→ **Work instructions**
Among the lines below, copy exactly those from the one with "v 117.813 2.054 3" through the one with "v 122.314 -6.99 3", counting both ends.

→ **Input**
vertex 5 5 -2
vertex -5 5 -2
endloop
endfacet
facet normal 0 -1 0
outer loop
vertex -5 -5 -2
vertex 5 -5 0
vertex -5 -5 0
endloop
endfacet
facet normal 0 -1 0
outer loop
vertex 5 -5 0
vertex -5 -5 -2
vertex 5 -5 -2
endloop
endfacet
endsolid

--

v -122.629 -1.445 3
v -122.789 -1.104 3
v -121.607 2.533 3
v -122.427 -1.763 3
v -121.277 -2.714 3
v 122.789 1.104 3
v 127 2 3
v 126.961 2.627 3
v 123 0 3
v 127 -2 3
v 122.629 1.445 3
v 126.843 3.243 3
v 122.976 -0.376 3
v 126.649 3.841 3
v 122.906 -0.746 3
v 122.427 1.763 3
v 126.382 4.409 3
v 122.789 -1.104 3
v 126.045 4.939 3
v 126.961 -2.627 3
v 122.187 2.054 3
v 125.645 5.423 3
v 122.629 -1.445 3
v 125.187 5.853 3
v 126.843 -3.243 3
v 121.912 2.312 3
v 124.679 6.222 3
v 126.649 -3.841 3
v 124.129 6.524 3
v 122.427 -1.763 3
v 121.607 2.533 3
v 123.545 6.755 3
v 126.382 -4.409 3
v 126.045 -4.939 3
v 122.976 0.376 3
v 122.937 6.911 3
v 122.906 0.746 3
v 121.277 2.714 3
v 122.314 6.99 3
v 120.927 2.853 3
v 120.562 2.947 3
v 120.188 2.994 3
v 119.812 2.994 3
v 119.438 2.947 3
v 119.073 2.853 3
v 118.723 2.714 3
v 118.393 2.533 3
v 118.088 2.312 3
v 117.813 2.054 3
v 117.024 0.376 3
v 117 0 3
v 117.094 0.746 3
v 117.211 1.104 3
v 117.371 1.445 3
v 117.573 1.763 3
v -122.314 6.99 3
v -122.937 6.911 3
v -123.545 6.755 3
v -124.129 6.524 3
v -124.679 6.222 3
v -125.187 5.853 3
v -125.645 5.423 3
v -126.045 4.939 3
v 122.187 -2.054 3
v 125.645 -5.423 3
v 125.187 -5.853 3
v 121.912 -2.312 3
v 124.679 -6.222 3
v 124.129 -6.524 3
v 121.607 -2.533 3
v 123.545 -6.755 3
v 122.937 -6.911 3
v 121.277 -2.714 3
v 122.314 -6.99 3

→ **Exercise output**
v 117.813 2.054 3
v 117.024 0.376 3
v 117 0 3
v 117.094 0.746 3
v 117.211 1.104 3
v 117.371 1.445 3
v 117.573 1.763 3
v -122.314 6.99 3
v -122.937 6.911 3
v -123.545 6.755 3
v -124.129 6.524 3
v -124.679 6.222 3
v -125.187 5.853 3
v -125.645 5.423 3
v -126.045 4.939 3
v 122.187 -2.054 3
v 125.645 -5.423 3
v 125.187 -5.853 3
v 121.912 -2.312 3
v 124.679 -6.222 3
v 124.129 -6.524 3
v 121.607 -2.533 3
v 123.545 -6.755 3
v 122.937 -6.911 3
v 121.277 -2.714 3
v 122.314 -6.99 3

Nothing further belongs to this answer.